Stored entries
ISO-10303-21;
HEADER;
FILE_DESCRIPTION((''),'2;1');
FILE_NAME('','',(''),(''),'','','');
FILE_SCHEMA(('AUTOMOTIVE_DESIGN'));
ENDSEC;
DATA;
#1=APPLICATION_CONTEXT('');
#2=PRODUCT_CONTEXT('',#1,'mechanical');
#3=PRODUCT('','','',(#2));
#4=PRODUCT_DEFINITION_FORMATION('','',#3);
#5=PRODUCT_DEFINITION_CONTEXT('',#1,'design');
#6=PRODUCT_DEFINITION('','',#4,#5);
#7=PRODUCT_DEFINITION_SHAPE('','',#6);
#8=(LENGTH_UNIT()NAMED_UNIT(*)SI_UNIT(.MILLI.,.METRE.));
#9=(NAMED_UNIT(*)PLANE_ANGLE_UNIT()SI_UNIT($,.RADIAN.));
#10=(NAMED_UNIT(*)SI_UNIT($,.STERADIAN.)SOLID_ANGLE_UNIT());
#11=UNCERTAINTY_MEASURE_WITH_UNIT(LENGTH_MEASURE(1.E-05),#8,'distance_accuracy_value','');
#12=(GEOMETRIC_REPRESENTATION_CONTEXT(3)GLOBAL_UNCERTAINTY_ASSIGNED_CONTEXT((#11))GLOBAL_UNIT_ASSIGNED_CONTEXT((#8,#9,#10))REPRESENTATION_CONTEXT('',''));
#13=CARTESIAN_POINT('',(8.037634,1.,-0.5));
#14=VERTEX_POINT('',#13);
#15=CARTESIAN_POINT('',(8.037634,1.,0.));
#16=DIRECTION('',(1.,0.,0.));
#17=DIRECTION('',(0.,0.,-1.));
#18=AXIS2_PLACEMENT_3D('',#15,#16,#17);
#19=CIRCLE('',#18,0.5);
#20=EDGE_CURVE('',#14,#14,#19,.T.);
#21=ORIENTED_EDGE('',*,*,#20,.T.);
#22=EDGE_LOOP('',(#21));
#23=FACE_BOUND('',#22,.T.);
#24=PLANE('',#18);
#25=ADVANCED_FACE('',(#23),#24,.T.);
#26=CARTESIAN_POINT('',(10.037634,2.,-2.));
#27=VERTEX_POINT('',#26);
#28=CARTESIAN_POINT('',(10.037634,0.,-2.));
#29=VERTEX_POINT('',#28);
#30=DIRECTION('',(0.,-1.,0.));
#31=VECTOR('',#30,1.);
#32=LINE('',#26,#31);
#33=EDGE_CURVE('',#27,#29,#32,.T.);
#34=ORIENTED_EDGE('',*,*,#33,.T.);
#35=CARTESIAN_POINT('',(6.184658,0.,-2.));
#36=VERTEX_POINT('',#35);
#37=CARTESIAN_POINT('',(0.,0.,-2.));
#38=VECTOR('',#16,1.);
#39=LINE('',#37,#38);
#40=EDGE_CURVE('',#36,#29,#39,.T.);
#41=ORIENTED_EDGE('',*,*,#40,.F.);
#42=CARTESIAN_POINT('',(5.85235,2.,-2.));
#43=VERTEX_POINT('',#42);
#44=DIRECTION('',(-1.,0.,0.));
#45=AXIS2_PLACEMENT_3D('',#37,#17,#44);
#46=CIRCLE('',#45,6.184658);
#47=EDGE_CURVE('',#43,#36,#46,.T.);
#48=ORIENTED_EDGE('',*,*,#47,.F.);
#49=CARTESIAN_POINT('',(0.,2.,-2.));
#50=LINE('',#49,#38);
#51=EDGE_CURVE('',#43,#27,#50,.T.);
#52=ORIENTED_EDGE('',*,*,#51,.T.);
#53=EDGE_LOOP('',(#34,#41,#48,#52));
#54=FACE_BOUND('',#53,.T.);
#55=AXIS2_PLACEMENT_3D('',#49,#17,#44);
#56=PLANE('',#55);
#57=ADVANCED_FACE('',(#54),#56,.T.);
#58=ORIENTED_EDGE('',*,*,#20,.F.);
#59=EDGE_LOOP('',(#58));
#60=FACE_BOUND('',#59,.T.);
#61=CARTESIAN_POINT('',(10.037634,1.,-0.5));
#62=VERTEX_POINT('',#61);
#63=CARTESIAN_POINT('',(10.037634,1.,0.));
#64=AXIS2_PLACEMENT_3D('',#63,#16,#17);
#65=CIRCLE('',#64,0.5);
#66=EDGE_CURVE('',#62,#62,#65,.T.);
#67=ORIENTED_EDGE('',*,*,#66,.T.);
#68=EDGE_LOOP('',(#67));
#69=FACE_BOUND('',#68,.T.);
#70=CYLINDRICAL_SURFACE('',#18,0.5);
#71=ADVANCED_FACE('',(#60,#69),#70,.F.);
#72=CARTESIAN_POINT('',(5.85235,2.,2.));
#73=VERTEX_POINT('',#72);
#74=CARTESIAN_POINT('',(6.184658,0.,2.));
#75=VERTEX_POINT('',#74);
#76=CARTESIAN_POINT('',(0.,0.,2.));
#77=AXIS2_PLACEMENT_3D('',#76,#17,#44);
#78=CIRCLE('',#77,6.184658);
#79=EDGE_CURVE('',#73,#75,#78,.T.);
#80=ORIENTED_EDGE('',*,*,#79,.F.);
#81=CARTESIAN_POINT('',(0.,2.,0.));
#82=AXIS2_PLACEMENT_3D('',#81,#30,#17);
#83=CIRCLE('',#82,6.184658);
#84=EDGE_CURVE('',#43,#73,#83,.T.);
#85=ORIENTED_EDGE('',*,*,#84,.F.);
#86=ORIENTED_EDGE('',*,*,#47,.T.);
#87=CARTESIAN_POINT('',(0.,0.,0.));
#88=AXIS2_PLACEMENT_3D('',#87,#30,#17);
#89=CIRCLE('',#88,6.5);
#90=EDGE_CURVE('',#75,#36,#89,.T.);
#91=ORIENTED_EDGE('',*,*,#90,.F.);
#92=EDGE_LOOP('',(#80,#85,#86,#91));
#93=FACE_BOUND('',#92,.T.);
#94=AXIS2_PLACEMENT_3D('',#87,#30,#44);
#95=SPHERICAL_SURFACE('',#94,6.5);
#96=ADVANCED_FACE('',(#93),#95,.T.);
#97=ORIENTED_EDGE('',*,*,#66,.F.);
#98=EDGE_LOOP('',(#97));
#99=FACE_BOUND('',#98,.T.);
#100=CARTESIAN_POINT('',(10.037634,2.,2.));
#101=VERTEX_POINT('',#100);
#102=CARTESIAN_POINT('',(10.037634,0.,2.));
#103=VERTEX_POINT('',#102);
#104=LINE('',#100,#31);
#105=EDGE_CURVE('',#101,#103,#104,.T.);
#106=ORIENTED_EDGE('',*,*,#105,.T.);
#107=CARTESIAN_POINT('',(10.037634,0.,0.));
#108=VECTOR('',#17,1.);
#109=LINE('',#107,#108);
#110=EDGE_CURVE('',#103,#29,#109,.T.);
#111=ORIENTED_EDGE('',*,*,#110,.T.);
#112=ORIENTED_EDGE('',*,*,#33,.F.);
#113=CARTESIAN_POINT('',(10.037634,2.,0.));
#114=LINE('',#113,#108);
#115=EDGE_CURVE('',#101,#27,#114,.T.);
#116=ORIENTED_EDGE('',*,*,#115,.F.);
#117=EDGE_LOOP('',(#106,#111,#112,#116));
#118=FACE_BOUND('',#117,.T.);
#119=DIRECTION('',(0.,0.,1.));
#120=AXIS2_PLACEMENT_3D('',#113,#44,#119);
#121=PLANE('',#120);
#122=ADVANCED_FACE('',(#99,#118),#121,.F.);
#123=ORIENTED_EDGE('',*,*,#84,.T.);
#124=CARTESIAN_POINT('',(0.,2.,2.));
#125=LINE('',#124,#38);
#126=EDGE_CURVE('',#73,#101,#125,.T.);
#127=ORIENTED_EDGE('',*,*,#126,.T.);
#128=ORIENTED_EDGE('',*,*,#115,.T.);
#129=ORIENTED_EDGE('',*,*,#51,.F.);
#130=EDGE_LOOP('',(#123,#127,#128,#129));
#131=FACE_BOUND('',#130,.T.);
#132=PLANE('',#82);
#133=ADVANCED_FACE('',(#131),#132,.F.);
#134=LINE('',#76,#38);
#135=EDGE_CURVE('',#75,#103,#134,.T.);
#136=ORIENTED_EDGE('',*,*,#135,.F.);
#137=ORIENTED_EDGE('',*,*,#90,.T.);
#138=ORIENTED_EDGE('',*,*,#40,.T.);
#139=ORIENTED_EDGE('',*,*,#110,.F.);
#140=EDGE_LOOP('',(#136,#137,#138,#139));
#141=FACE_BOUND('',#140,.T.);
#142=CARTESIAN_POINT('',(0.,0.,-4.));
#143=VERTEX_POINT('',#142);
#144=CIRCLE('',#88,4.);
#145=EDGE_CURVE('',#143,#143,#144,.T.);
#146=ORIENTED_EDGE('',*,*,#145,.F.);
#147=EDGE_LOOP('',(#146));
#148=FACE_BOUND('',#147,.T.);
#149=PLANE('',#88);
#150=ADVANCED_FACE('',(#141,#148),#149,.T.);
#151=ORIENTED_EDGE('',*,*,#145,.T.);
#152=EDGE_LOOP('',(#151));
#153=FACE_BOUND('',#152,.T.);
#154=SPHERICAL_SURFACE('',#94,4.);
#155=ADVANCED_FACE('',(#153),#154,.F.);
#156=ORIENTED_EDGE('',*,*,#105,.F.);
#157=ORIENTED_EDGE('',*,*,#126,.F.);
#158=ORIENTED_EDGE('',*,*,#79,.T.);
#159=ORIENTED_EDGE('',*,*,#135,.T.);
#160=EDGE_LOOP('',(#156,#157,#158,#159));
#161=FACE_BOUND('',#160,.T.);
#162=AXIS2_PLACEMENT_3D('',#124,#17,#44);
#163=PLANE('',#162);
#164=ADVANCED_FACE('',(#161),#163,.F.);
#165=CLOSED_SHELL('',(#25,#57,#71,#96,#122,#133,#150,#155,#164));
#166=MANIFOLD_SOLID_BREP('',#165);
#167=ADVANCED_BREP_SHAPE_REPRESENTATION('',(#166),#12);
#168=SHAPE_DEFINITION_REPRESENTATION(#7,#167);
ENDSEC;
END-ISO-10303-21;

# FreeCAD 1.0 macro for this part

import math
import FreeCAD as App
import Part
import Sketcher
from FreeCAD import Vector
Q = App.Units.Quantity

doc = App.newDocument("Part")
body = doc.addObject("PartDesign::Body", "Body")

# Sketch on XY plane
sketch1 = body.newObject("Sketcher::SketchObject", "Sketch")
sketch1.AttachmentSupport = (doc.getObject("XY_Plane"), [""])
sketch1.MapMode = "FlatFace"
sketch1.addGeometry([
    Part.ArcOfCircle(Part.Circle(Vector(0, 0, 0), Vector(0, 0, 1), 4), math.radians(90), math.radians(180)),
    Part.LineSegment(Vector(0, 4, 0), Vector(0, 6.5, 0)),
    Part.ArcOfCircle(Part.Circle(Vector(0, 0, 0), Vector(0, 0, 1), 6.5), math.radians(90), math.radians(180)),
    Part.LineSegment(Vector(-6.5, 0, 0), Vector(-4, 0, 0)),
], False)
sketch1.addConstraint([
    Sketcher.Constraint("Coincident", 0, 1, 1, 1),
    Sketcher.Constraint("Coincident", 1, 2, 2, 1),
    Sketcher.Constraint("Coincident", 2, 2, 3, 1),
    Sketcher.Constraint("Coincident", 3, 2, 0, 2),
    Sketcher.Constraint("Vertical", 1),
    Sketcher.Constraint("Horizontal", 3),
    Sketcher.Constraint("Coincident", 0, 3, -1, 1),
    Sketcher.Constraint("Coincident", 2, 3, -1, 1),
    Sketcher.Constraint("PointOnObject", 0, 1, -2),
    Sketcher.Constraint("PointOnObject", 2, 2, -1),
    Sketcher.Constraint("Radius", 0, Q("4 mm")),
    Sketcher.Constraint("Radius", 2, Q("6.5 mm")),
])
revolution = body.newObject("PartDesign::Revolution", "Revolution")
revolution.Profile = sketch1
revolution.ReferenceAxis = (sketch1, ["V_Axis"])
revolution.Angle = 360

# Sketch on XZ plane
sketch2 = body.newObject("Sketcher::SketchObject", "Sketch001")
sketch2.AttachmentSupport = (doc.getObject("XZ_Plane"), [""])
sketch2.MapMode = "FlatFace"
sketch2.addGeometry([
    Part.LineSegment(Vector(10, 2, 0), Vector(3.5, 2, 0)),  # 0
    Part.ArcOfCircle(Part.Circle(Vector(0, 0, 0), Vector(0, 0, 1), 4), math.radians(0), math.radians(30)),  # 1
    Part.ArcOfCircle(Part.Circle(Vector(0, 0, 0), Vector(0, 0, 1), 4), math.radians(-30), math.radians(0)),  # 2
    Part.LineSegment(Vector(3.5, -2, 0), Vector(10, -2, 0)),  # 3
    Part.LineSegment(Vector(10, -2, 0), Vector(10, 2, 0)),  # 4
], False)
sketch2.addConstraint([
    Sketcher.Constraint("Coincident", 0, 2, 1, 2),
    Sketcher.Constraint("Tangent", 1, 1, 2, 2),
    Sketcher.Constraint("Coincident", 2, 1, 3, 1),
    Sketcher.Constraint("Coincident", 3, 2, 4, 1),
    Sketcher.Constraint("Coincident", 4, 2, 0, 1),
    Sketcher.Constraint("Horizontal", 0),
    Sketcher.Constraint("Horizontal", 3),
    Sketcher.Constraint("Vertical", 4),
    Sketcher.Constraint("Coincident", 1, 3, -1, 1),
    Sketcher.Constraint("Equal", 1, 2),
    Sketcher.Constraint("PointOnObject", 1, 1, -1),
    Sketcher.Constraint("Vertical", 0, 2, 2, 1),
    Sketcher.Constraint("Radius", 1, Q("4 mm")),
    Sketcher.Constraint("DistanceY", 4, 1, 4, 2, Q("4 mm")),
    Sketcher.Constraint("DistanceX", 0, 2, 0, 1, Q("6.573533 mm")),
])
pad1 = body.newObject("PartDesign::Pad", "Pad")
pad1.Profile = sketch2
pad1.Length = 2
pad1.Reversed = True

# Sketch on YZ plane
sketch3 = body.newObject("Sketcher::SketchObject", "Sketch002")
sketch3.AttachmentSupport = (doc.getObject("YZ_Plane"), [""])
sketch3.MapMode = "FlatFace"
sketch3.AttachmentOffset = App.Placement(Vector(0, 0, 10.037634), App.Rotation())
sketch3.addGeometry(Part.Circle(Vector(1, 0, 0), Vector(0, 0, 1), 0.5), False)
sketch3.addConstraint([
    Sketcher.Constraint("PointOnObject", 0, 3, -1),
    Sketcher.Constraint("Diameter", 0, Q("1 mm")),
    Sketcher.Constraint("DistanceX", -1, 1, 0, 3, Q("1 mm")),
])
pocket1 = body.newObject("PartDesign::Pocket", "Pocket")
pocket1.Profile = sketch3
pocket1.Length = 2

doc.recompute()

Task requirements
Reproduce only the lines above spanning from the line containing "#38=VECTOR('',#16,1.);" through the line containing "#105=EDGE_CURVE('',#101,#103,#104,.T.);", word for word.

Expected output
#38=VECTOR('',#16,1.);
#39=LINE('',#37,#38);
#40=EDGE_CURVE('',#36,#29,#39,.T.);
#41=ORIENTED_EDGE('',*,*,#40,.F.);
#42=CARTESIAN_POINT('',(5.85235,2.,-2.));
#43=VERTEX_POINT('',#42);
#44=DIRECTION('',(-1.,0.,0.));
#45=AXIS2_PLACEMENT_3D('',#37,#17,#44);
#46=CIRCLE('',#45,6.184658);
#47=EDGE_CURVE('',#43,#36,#46,.T.);
#48=ORIENTED_EDGE('',*,*,#47,.F.);
#49=CARTESIAN_POINT('',(0.,2.,-2.));
#50=LINE('',#49,#38);
#51=EDGE_CURVE('',#43,#27,#50,.T.);
#52=ORIENTED_EDGE('',*,*,#51,.T.);
#53=EDGE_LOOP('',(#34,#41,#48,#52));
#54=FACE_BOUND('',#53,.T.);
#55=AXIS2_PLACEMENT_3D('',#49,#17,#44);
#56=PLANE('',#55);
#57=ADVANCED_FACE('',(#54),#56,.T.);
#58=ORIENTED_EDGE('',*,*,#20,.F.);
#59=EDGE_LOOP('',(#58));
#60=FACE_BOUND('',#59,.T.);
#61=CARTESIAN_POINT('',(10.037634,1.,-0.5));
#62=VERTEX_POINT('',#61);
#63=CARTESIAN_POINT('',(10.037634,1.,0.));
#64=AXIS2_PLACEMENT_3D('',#63,#16,#17);
#65=CIRCLE('',#64,0.5);
#66=EDGE_CURVE('',#62,#62,#65,.T.);
#67=ORIENTED_EDGE('',*,*,#66,.T.);
#68=EDGE_LOOP('',(#67));
#69=FACE_BOUND('',#68,.T.);
#70=CYLINDRICAL_SURFACE('',#18,0.5);
#71=ADVANCED_FACE('',(#60,#69),#70,.F.);
#72=CARTESIAN_POINT('',(5.85235,2.,2.));
#73=VERTEX_POINT('',#72);
#74=CARTESIAN_POINT('',(6.184658,0.,2.));
#75=VERTEX_POINT('',#74);
#76=CARTESIAN_POINT('',(0.,0.,2.));
#77=AXIS2_PLACEMENT_3D('',#76,#17,#44);
#78=CIRCLE('',#77,6.184658);
#79=EDGE_CURVE('',#73,#75,#78,.T.);
#80=ORIENTED_EDGE('',*,*,#79,.F.);
#81=CARTESIAN_POINT('',(0.,2.,0.));
#82=AXIS2_PLACEMENT_3D('',#81,#30,#17);
#83=CIRCLE('',#82,6.184658);
#84=EDGE_CURVE('',#43,#73,#83,.T.);
#85=ORIENTED_EDGE('',*,*,#84,.F.);
#86=ORIENTED_EDGE('',*,*,#47,.T.);
#87=CARTESIAN_POINT('',(0.,0.,0.));
#88=AXIS2_PLACEMENT_3D('',#87,#30,#17);
#89=CIRCLE('',#88,6.5);
#90=EDGE_CURVE('',#75,#36,#89,.T.);
#91=ORIENTED_EDGE('',*,*,#90,.F.);
#92=EDGE_LOOP('',(#80,#85,#86,#91));
#93=FACE_BOUND('',#92,.T.);
#94=AXIS2_PLACEMENT_3D('',#87,#30,#44);
#95=SPHERICAL_SURFACE('',#94,6.5);
#96=ADVANCED_FACE('',(#93),#95,.T.);
#97=ORIENTED_EDGE('',*,*,#66,.F.);
#98=EDGE_LOOP('',(#97));
#99=FACE_BOUND('',#98,.T.);
#100=CARTESIAN_POINT('',(10.037634,2.,2.));
#101=VERTEX_POINT('',#100);
#102=CARTESIAN_POINT('',(10.037634,0.,2.));
#103=VERTEX_POINT('',#102);
#104=LINE('',#100,#31);
#105=EDGE_CURVE('',#101,#103,#104,.T.);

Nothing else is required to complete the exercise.